Hey, 5:05…I got a dingdong for ya’, right here…
The correlation between the two markets its fairly loose. That R squared ain’t gonna be that high on that one. But the rational could make you think it’s a stronger relationship than it actually is.
A True inverse relationship is simply interest rates and bond prices. People Selling out of a highly valued equity market tend to put that cash in fixed income instruments.
Thats not thinking of people that are FORCED to sell because the market is tanking and they just take their cash and hide it under the mattress.
They dont say, hey I better go buy a house now…. The Market is tanking.
It’s the low interest rates and the creative financing that makes people believe they can afford more house than they thought they could.
Wayne!
Thank you very much!!
Sylvia, usually a recession is a “hind sight” realization, so until we’re coming out of it, we won’t realize we’ve been in it. So for right now, I think we’re OK.
The majority of loans on properties in brooklyn were NOT sub prime loans, and were NOT ARMS. Now, for those folks that are unfortunate and could only come by a sub-prime floater, they could very well be in trouble if those adjustments start to kick in, and they haven’t seen the 30% increase in valuation for their properties, and one of their tenants stopped paying rent. Yea, those folks may have a problem.
But for someone that has a FIXED, 30 yr mortgage… their property value not going up is not going to adversely affect them.

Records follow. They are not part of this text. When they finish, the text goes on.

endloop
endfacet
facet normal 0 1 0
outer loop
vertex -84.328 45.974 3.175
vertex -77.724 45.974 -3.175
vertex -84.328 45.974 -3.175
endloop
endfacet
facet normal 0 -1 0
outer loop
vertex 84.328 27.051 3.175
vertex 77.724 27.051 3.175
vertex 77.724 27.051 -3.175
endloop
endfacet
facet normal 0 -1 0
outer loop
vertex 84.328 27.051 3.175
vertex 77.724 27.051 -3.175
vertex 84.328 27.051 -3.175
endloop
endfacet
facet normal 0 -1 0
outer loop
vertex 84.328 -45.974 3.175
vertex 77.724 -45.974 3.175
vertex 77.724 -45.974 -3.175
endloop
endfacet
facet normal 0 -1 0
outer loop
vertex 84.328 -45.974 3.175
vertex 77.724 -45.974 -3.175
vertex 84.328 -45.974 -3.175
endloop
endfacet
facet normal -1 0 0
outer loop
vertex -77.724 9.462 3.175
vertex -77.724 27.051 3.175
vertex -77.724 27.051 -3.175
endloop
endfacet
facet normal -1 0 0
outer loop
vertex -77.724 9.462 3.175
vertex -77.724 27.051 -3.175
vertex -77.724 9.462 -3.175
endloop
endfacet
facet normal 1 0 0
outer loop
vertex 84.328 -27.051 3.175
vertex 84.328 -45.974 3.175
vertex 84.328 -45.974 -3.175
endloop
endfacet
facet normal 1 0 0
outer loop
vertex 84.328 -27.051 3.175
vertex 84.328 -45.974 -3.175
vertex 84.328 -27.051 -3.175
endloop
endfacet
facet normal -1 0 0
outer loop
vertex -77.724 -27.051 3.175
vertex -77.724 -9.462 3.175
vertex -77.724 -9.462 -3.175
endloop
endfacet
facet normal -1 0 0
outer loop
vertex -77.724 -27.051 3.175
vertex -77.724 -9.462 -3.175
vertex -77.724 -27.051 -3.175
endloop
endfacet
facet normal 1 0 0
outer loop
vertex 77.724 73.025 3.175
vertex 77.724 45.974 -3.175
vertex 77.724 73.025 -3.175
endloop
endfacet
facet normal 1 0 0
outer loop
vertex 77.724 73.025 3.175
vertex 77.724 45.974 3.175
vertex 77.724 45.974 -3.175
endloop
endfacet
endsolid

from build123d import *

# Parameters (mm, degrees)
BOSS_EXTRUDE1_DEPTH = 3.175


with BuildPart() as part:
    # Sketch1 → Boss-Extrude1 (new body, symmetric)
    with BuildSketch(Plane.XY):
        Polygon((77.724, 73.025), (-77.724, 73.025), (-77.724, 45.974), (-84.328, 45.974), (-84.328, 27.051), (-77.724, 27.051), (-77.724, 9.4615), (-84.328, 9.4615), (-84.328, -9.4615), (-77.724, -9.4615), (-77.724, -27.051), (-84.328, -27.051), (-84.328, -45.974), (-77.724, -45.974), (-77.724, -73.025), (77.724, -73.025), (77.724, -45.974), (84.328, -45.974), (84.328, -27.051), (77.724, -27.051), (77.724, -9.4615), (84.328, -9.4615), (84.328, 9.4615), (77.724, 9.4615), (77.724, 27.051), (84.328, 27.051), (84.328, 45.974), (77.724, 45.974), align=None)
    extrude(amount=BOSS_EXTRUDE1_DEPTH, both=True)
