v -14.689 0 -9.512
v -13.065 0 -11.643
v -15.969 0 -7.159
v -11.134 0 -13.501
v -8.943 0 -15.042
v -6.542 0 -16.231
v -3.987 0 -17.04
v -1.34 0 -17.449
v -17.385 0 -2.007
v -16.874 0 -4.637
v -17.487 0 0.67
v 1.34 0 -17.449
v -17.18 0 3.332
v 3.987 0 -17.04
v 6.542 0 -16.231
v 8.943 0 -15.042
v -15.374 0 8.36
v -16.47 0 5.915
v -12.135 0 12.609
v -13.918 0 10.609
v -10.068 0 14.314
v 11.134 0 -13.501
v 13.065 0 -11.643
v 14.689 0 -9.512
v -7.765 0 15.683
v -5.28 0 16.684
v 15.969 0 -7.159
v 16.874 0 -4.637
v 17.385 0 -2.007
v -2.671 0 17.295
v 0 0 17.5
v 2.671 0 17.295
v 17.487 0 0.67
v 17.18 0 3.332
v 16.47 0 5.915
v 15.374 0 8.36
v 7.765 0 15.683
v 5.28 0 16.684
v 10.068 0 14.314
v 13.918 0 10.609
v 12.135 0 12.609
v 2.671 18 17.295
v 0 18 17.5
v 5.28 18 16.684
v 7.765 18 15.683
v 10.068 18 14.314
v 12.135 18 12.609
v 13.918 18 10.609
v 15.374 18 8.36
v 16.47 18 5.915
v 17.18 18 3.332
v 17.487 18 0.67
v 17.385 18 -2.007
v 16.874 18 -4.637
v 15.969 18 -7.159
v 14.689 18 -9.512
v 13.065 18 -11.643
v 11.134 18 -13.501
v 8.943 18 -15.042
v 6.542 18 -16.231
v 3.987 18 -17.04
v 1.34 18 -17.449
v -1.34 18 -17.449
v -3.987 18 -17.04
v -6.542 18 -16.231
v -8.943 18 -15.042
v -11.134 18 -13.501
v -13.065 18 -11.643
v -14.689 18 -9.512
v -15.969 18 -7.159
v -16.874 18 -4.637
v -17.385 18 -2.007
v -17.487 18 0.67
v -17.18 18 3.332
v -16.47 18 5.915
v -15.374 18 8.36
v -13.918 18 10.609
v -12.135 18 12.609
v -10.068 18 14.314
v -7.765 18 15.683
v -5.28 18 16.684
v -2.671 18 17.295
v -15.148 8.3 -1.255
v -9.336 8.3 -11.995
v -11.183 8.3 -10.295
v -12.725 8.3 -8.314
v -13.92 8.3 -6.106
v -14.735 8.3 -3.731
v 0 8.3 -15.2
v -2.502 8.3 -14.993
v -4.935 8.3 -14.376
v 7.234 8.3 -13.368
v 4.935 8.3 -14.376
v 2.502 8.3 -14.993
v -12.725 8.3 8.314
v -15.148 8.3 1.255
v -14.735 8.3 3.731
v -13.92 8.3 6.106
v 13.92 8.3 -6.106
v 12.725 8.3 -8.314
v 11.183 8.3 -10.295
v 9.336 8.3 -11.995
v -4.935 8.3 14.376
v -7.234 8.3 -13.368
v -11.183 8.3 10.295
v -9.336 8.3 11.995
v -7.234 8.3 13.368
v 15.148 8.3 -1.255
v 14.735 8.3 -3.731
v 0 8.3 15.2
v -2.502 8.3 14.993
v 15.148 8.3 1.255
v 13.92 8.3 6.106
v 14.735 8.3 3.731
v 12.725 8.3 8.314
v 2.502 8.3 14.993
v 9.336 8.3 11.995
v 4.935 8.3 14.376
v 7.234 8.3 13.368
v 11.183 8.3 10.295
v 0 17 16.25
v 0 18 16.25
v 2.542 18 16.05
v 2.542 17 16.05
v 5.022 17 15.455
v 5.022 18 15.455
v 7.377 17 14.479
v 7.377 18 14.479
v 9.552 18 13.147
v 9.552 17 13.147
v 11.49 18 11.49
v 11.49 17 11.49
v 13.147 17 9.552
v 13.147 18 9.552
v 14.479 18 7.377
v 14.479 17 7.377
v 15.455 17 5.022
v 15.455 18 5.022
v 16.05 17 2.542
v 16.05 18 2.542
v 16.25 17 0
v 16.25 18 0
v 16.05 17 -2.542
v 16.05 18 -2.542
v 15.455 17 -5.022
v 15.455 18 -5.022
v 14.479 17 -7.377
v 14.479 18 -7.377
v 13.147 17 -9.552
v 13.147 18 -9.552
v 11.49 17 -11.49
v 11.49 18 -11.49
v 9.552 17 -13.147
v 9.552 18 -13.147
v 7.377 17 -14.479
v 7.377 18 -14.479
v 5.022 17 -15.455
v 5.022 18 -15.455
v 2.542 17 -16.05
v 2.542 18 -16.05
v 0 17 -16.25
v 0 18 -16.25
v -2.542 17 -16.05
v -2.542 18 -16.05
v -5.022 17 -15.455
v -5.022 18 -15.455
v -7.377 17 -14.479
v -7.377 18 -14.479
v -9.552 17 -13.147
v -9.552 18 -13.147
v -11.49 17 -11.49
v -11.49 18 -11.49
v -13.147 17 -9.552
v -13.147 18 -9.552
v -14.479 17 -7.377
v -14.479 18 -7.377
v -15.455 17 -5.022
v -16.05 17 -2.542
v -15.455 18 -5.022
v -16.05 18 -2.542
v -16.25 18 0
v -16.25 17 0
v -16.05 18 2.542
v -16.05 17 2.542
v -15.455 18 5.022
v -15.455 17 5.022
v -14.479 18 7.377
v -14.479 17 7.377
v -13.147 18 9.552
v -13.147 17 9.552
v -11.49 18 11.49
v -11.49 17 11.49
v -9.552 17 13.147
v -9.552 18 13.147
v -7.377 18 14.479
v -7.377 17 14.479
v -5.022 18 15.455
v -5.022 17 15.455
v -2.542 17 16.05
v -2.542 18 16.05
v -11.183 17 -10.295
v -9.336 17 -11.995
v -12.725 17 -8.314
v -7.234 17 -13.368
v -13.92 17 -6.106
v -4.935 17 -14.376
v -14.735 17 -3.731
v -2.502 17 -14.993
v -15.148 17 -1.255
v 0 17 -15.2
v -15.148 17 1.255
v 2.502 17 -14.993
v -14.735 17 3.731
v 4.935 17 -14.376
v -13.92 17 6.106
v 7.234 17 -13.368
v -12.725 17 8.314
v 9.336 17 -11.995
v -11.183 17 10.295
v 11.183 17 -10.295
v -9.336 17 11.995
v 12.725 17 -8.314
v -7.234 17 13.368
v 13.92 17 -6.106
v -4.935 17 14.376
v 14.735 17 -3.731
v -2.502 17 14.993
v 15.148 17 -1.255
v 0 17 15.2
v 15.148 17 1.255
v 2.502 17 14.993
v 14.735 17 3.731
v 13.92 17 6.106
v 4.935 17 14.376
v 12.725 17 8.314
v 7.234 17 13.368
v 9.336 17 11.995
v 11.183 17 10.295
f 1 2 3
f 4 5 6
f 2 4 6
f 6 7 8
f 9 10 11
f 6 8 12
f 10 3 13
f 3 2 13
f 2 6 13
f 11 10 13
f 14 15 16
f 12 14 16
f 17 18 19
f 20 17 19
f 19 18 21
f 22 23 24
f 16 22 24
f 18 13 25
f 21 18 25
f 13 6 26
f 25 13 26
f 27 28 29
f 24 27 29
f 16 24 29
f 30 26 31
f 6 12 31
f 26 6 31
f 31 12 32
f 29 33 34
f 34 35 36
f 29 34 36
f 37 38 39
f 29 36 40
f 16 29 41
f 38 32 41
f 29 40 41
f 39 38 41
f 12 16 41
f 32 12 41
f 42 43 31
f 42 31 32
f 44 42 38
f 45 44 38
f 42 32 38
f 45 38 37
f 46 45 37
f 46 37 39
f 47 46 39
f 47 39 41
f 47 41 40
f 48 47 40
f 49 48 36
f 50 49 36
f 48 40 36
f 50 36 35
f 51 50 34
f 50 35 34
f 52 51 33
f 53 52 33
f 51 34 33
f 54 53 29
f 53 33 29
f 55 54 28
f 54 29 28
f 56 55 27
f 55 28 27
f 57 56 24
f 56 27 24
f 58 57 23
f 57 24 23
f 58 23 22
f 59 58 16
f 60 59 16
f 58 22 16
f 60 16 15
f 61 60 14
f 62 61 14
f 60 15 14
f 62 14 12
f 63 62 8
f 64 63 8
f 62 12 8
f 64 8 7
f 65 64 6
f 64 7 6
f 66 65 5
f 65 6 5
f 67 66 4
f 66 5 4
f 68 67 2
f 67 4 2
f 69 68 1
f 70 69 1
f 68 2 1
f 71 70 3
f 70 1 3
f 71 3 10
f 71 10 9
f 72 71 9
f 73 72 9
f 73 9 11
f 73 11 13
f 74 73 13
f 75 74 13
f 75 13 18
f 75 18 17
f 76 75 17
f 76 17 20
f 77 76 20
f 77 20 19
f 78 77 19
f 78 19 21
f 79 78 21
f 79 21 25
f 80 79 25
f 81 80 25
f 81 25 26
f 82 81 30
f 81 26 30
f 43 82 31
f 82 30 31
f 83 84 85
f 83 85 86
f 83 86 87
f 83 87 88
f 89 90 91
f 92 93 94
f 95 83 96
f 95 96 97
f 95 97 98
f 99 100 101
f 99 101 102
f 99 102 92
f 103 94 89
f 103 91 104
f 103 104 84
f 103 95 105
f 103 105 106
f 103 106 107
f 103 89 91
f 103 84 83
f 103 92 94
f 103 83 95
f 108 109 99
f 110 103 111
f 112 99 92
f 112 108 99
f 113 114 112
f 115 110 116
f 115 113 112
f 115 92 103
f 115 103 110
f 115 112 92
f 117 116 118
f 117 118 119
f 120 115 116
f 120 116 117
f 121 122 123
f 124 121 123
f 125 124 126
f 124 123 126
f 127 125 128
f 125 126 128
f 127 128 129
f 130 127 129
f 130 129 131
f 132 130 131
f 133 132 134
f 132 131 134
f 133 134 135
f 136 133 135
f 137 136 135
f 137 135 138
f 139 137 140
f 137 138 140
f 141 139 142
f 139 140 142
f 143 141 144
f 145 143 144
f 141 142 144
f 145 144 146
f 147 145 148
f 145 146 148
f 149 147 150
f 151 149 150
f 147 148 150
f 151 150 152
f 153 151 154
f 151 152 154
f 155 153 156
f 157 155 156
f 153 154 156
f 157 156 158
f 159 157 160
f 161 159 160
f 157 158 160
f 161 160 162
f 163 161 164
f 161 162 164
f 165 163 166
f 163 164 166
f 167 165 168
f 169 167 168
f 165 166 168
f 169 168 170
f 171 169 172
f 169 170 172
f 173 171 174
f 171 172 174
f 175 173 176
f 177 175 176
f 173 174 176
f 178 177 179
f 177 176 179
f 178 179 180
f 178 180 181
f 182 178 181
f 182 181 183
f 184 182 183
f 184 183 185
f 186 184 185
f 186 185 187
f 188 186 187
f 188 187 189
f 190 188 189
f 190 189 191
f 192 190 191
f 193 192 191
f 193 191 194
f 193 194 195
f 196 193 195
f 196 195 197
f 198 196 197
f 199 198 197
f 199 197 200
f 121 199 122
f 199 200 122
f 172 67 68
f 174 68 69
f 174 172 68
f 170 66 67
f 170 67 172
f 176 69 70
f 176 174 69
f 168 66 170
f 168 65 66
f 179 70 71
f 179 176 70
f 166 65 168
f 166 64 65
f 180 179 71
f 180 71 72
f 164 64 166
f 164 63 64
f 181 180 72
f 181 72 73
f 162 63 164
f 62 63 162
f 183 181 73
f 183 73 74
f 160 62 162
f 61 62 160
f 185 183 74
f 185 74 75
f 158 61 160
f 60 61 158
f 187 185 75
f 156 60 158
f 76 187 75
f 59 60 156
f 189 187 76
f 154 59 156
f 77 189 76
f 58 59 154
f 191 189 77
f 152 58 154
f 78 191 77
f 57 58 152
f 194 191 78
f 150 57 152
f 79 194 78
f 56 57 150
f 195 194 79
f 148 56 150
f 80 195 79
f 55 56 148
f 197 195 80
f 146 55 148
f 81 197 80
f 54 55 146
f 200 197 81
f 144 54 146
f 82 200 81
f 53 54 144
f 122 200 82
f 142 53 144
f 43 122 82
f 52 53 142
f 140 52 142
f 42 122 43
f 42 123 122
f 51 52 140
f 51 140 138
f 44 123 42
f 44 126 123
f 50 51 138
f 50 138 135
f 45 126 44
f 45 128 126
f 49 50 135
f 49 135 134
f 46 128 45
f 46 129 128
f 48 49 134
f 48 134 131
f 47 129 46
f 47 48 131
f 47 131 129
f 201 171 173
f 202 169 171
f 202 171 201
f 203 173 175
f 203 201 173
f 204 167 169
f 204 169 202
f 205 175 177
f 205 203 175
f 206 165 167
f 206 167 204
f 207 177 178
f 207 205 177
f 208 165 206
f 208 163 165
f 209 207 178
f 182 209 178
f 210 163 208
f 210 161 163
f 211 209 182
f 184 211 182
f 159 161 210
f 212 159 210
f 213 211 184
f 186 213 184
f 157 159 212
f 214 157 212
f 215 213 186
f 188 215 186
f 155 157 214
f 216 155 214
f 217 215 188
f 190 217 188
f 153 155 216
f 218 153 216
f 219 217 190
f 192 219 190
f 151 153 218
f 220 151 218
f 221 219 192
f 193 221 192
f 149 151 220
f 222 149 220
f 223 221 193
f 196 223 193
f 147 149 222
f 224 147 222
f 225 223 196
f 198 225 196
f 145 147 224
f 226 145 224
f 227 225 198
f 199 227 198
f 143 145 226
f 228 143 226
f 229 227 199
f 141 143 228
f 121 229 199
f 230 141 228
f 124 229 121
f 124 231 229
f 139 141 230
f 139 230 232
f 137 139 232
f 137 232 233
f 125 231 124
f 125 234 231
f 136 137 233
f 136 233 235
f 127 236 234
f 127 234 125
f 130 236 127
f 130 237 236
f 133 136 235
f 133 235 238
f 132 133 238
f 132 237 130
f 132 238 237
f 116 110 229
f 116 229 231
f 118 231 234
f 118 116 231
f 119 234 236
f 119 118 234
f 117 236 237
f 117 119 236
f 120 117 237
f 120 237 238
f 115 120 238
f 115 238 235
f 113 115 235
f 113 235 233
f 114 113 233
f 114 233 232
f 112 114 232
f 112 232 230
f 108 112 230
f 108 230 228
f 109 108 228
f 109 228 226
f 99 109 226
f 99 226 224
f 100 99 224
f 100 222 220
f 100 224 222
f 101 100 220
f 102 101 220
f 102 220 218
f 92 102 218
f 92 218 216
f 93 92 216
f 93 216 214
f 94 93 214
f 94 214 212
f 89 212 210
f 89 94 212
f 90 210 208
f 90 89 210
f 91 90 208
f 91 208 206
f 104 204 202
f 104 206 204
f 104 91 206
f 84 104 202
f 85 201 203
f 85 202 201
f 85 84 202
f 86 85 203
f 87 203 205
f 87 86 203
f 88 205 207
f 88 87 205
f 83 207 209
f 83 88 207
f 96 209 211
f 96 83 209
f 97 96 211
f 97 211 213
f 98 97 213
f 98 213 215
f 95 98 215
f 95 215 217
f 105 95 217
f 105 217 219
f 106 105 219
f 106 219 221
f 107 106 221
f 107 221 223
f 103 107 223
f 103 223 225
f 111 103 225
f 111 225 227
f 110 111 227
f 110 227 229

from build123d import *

# Parameters (mm, degrees)
SKETCH1_R           = 17.5
BOSS_EXTRUDE1_DEPTH = 18
SHELL1_T            = -2.3
SKETCH2_R           = 16.25
CUT_EXTRUDE1_DEPTH  = 1
SKETCH4_R           = 15.2
BOSS_EXTRUDE2_DEPTH = 6


with BuildPart() as part:
    # Sketch1 → Boss-Extrude1 (new body)
    with BuildSketch(Plane(origin=(0, 0, 0), x_dir=(1, 0, 0), z_dir=(0, 1, 0))):
        with Locations(Location((0, 0, 0), (0, 0, 270))):
            Circle(SKETCH1_R)
    extrude(amount=BOSS_EXTRUDE1_DEPTH)

    # Shell1
    shell1_openings = [part.faces().sort_by_distance(p)[0] for p in [
        (0, 18, 0),
    ]]
    offset(amount=SHELL1_T, openings=shell1_openings, kind=Kind.INTERSECTION)

    # Sketch2 → Cut-Extrude1 (cut)
    with BuildSketch(Plane(origin=(0, 18, 0), x_dir=(1, 0, 0), z_dir=(0, 1, 0))):
        with Locations(Location((0, 0, 0), (0, 0, 270))):
            Circle(SKETCH2_R)
    extrude(amount=-CUT_EXTRUDE1_DEPTH, mode=Mode.SUBTRACT)

    # Sketch4 → Boss-Extrude2 (add)
    with BuildSketch(Plane(origin=(0, 2.3, 0), x_dir=(1, 0, 0), z_dir=(0, 1, 0))):
        with Locations(Location((0, 0, 0), (0, 0, 270))):
            Circle(SKETCH4_R)
    extrude(amount=BOSS_EXTRUDE2_DEPTH)


solid = part.part
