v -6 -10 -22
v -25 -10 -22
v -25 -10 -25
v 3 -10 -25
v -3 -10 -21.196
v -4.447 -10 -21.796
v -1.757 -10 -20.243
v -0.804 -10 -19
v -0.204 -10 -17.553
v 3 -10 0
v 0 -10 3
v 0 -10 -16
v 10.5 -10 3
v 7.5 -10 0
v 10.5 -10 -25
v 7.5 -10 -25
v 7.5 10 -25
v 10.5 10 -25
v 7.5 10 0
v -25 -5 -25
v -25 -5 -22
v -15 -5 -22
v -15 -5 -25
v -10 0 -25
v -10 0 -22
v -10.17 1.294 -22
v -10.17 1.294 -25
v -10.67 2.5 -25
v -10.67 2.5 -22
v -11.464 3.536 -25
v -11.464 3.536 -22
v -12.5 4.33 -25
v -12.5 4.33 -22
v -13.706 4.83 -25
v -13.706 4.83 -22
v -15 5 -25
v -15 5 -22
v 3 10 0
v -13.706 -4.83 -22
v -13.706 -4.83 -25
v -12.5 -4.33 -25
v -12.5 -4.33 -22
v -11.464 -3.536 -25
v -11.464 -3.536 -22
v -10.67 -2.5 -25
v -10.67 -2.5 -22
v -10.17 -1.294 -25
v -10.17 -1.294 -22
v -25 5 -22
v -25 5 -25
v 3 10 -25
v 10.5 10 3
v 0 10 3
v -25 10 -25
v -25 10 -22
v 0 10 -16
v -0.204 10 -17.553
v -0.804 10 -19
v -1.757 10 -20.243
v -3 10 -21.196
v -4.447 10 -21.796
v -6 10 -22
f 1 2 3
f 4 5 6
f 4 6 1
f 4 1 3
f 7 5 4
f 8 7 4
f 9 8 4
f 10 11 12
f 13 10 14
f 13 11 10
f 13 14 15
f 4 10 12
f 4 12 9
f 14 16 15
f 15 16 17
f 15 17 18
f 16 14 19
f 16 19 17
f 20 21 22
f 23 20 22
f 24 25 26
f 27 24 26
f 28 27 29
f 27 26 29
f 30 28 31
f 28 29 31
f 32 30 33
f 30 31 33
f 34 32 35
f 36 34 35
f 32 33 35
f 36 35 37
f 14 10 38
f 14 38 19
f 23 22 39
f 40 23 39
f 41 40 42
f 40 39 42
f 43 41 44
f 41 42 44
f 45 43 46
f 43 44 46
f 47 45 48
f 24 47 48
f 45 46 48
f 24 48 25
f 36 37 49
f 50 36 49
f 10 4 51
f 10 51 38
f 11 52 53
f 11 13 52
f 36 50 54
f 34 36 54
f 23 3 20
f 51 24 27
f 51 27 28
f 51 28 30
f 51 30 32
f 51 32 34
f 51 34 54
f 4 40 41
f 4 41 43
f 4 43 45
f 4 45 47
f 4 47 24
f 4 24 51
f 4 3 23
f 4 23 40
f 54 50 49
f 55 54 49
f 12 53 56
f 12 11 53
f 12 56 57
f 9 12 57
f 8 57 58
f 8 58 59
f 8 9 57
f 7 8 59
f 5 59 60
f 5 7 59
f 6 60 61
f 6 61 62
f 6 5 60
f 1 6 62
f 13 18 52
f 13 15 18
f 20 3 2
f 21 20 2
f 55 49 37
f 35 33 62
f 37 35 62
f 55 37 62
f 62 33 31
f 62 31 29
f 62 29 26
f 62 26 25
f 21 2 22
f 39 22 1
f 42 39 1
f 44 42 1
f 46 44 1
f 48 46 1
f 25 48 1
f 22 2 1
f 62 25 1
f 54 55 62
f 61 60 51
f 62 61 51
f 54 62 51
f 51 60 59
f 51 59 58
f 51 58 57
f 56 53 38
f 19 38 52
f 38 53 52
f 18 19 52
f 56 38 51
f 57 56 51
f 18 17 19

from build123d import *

# Parameters (mm, degrees)
F0_W          = 3
F0_H          = 3
F0_W_2        = 4.5
F0_W_3        = 25
F1_DEPTH      = 10
F1_DEPTH_BACK = 10
F4_DEPTH      = 10
F4_DEPTH_BACK = 10
F5_R          = 6


with BuildPart() as f1:
    # F0 (on Front) → F1 (new body, two sides)
    with BuildSketch(Plane.XZ) as f1_sk:
        with Locations((1.5, 1.5)):
            Rectangle(F0_W, F0_H)
        Polygon((3, 0), (0, 0), (0, -22), (0, -25), (3, -25), align=None)
        with Locations((5.25, 1.5)):
            Rectangle(F0_W_2, F0_H)
        with Locations((-12.5, -23.5)):
            Rectangle(F0_W_3, F0_H)
        Polygon((7.5, 3), (7.5, 0), (7.5, -25), (10.5, -25), (10.5, 3), align=None)
    extrude(amount=F1_DEPTH)
    extrude(f1_sk.sketch, amount=-F1_DEPTH_BACK)

    # F3 (on offset) → F4 (cut, two sides)
    with BuildSketch(Plane.XY.offset(-20)) as f4_sk:
        with BuildLine():
            ThreePointArc((-15, -5), (-11.464466, -3.535534), (-10, 0))
            Line((-10, 0), (-25, 0))
            Line((-25, 0), (-25, -5))
            Line((-25, -5), (-15, -5))
        make_face()
        with BuildLine():
            Line((-25, 0), (-10, 0))
            ThreePointArc((-10, 0), (-11.464466, 3.535534), (-15, 5))
            Line((-15, 5), (-25, 5))
            Line((-25, 5), (-25, 0))
        make_face()
    extrude(amount=F4_DEPTH, mode=Mode.SUBTRACT)
    extrude(f4_sk.sketch, amount=-F4_DEPTH_BACK, mode=Mode.SUBTRACT)

    # F5
    f5_edges = [f1.edges().sort_by_distance(p)[0] for p in [
        (0, 0, -22),
    ]]
    fillet(f5_edges, radius=F5_R)


solid = f1.part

But as Wayne pointed out, if you think it was negligent to get a 30 year mtg in the last 2 years or so, and would have been better off in the market, well, let’s see what you would have gotten.
If you simply rented your place and kept your 20% down payment that you must have had on that $1mm brownstone and invested in the S&P. From Jan ’05 until today, your $200K would be worth $227k today. OK… good for you… But how much is that $1MM Brownstone Today? Do you think it’s more or less than the $1.13MM you suggest?
I’m thinking maybe $1.6 or even MORE!!
Now, I’m not saying it’s going to be worth $2MM next year… it may only be $1.7 or God forbid… Let’s say the market slides 12% in the next month and if falls to $1.4…..
Guess what…. You’re still screwed! because you need $280K Down payment and I don’t think you’ve made that much in the market…..
Unless, like Wayne you plunked it all in GS stock…. And was a Goldman Partner at that! 🙂
I’m sorry
what’s the correlation between the equity mkts and the housing mkt, are they inversely related? i think the past year or 2 showed that they were positively correlated, but i thought historically they were inversely?
reason i ask is if the equity mkt cracked, then your investable dwnpymt would be lower so you just got burned…if they’re inversely correlated, then Hal’s comment would work.
Current market conditions would tell me that given where rates are, it really can’t get much lower, subprime is blowing up so lenders are tightening liquidity, market’s been rallying up through early last week…what would the potential be that both equity mkt and housing mkt both tank?
The real estate market almost always seems to be high. Especially when you’re looking to buy into a decent quality of life. If you must wait to buy a home, the stock market is on sale right now. If you’ve got some cash to invest medium-term, get an index fund. Whenever the real estate market tanks, dump the equities and buy a house.